[WORK TO BE COMPLETED] Could you restate word for word every line of the records below, from the first one to the one holding "v5 (6.35,-5.55625,-88.9)"?

---+---

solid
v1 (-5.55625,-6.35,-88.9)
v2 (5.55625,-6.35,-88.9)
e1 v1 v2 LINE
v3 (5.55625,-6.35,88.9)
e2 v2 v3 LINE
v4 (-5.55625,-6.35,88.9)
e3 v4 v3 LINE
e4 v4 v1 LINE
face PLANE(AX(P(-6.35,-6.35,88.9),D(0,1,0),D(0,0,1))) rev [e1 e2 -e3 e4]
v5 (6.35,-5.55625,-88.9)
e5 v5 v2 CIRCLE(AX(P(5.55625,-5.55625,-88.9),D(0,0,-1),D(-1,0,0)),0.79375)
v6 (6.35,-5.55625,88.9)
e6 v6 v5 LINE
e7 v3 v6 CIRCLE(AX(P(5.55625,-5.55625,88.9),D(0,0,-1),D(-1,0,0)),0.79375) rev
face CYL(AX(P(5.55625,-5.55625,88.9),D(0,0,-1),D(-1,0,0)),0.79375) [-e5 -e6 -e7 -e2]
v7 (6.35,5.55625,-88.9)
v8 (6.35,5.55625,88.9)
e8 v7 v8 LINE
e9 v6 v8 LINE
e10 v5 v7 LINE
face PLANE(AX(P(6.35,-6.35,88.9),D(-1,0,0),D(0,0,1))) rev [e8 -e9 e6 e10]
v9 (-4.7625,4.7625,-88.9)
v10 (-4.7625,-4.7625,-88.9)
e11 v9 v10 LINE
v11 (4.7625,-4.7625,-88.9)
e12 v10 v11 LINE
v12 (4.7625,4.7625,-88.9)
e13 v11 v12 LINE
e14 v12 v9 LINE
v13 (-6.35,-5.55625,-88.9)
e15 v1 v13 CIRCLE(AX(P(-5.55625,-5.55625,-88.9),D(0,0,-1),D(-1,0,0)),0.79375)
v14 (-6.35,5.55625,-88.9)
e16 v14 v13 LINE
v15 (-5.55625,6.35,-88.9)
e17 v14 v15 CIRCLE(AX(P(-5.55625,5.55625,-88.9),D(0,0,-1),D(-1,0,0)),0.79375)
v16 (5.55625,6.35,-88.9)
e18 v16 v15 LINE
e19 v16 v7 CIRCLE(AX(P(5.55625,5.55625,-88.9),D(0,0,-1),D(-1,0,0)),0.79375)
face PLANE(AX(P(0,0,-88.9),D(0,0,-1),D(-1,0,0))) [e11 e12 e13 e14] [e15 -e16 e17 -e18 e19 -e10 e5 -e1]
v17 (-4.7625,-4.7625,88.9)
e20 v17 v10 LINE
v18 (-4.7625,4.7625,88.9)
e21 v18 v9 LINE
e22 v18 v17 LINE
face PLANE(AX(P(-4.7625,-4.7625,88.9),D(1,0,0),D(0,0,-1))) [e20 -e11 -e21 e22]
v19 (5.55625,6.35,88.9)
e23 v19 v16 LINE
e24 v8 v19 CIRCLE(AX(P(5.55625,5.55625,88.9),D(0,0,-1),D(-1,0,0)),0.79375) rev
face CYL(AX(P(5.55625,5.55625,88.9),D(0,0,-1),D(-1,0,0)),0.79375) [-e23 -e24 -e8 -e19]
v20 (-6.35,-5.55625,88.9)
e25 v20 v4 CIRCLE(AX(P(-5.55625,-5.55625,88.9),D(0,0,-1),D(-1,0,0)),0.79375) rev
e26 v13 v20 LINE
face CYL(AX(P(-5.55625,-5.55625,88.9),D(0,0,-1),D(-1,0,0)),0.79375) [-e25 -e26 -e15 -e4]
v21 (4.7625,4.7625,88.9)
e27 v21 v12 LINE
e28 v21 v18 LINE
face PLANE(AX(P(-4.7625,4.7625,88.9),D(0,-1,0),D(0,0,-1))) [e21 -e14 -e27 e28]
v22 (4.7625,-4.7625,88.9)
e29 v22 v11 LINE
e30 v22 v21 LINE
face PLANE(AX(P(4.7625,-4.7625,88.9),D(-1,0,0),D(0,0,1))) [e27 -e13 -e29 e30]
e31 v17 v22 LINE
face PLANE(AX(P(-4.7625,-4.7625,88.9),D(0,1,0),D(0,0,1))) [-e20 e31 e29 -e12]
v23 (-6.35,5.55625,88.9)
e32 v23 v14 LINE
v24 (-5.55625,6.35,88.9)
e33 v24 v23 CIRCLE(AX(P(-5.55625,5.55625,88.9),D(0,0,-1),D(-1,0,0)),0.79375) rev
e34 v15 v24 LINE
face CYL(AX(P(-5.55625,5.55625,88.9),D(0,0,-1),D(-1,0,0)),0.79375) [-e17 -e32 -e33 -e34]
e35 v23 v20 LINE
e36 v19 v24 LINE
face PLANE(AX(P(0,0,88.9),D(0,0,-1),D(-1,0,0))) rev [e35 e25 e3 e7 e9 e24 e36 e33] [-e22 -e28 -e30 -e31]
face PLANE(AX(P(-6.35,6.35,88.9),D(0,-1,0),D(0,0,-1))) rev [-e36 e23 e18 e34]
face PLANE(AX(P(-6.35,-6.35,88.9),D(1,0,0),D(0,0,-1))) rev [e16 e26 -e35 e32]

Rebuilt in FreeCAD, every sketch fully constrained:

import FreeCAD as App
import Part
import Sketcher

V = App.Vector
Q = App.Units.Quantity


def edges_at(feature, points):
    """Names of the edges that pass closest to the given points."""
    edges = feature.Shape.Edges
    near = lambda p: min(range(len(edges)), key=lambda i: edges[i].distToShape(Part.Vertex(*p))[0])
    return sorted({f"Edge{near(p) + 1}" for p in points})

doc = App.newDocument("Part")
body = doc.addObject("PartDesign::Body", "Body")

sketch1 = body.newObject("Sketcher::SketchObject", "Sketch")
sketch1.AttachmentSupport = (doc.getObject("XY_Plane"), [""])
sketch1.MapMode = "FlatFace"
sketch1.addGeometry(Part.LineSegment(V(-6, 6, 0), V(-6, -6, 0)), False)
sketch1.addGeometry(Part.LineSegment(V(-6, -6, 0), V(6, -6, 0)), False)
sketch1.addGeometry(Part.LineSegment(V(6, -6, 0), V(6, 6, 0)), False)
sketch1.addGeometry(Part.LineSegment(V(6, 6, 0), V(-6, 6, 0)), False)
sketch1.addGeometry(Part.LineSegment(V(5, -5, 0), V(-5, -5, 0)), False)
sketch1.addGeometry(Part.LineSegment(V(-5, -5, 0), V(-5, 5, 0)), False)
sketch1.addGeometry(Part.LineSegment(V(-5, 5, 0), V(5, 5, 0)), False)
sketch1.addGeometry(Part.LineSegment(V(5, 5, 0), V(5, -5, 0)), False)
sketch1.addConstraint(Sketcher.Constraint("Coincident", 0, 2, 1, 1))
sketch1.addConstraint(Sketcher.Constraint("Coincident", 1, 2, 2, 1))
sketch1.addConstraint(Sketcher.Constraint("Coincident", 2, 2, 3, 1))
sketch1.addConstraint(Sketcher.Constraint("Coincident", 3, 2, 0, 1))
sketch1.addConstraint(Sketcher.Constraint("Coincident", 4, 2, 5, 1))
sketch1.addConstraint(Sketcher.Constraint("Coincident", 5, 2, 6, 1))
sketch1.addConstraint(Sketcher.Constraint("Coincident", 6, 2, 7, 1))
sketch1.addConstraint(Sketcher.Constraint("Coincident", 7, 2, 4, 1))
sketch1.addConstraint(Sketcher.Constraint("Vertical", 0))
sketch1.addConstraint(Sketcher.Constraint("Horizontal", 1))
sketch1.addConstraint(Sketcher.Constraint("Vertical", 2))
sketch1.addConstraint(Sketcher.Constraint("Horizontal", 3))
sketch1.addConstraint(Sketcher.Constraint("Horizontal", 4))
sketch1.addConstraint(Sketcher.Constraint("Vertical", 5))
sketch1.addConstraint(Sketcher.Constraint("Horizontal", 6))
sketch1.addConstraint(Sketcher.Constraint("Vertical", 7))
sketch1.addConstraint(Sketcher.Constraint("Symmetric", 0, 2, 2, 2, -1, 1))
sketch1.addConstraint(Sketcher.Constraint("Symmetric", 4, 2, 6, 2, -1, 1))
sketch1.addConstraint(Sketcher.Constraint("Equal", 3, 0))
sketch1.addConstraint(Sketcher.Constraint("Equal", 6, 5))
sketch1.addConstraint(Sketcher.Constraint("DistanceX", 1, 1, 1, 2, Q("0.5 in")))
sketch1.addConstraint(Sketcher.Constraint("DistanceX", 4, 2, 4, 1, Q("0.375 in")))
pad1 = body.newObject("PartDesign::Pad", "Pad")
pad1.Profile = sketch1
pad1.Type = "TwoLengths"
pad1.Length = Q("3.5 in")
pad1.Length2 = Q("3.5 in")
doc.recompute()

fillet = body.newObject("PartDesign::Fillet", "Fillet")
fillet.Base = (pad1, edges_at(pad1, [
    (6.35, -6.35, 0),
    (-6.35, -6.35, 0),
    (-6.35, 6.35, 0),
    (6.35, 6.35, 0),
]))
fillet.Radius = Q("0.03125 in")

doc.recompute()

---+---

[RESPONSE BOX]
solid
v1 (-5.55625,-6.35,-88.9)
v2 (5.55625,-6.35,-88.9)
e1 v1 v2 LINE
v3 (5.55625,-6.35,88.9)
e2 v2 v3 LINE
v4 (-5.55625,-6.35,88.9)
e3 v4 v3 LINE
e4 v4 v1 LINE
face PLANE(AX(P(-6.35,-6.35,88.9),D(0,1,0),D(0,0,1))) rev [e1 e2 -e3 e4]
v5 (6.35,-5.55625,-88.9)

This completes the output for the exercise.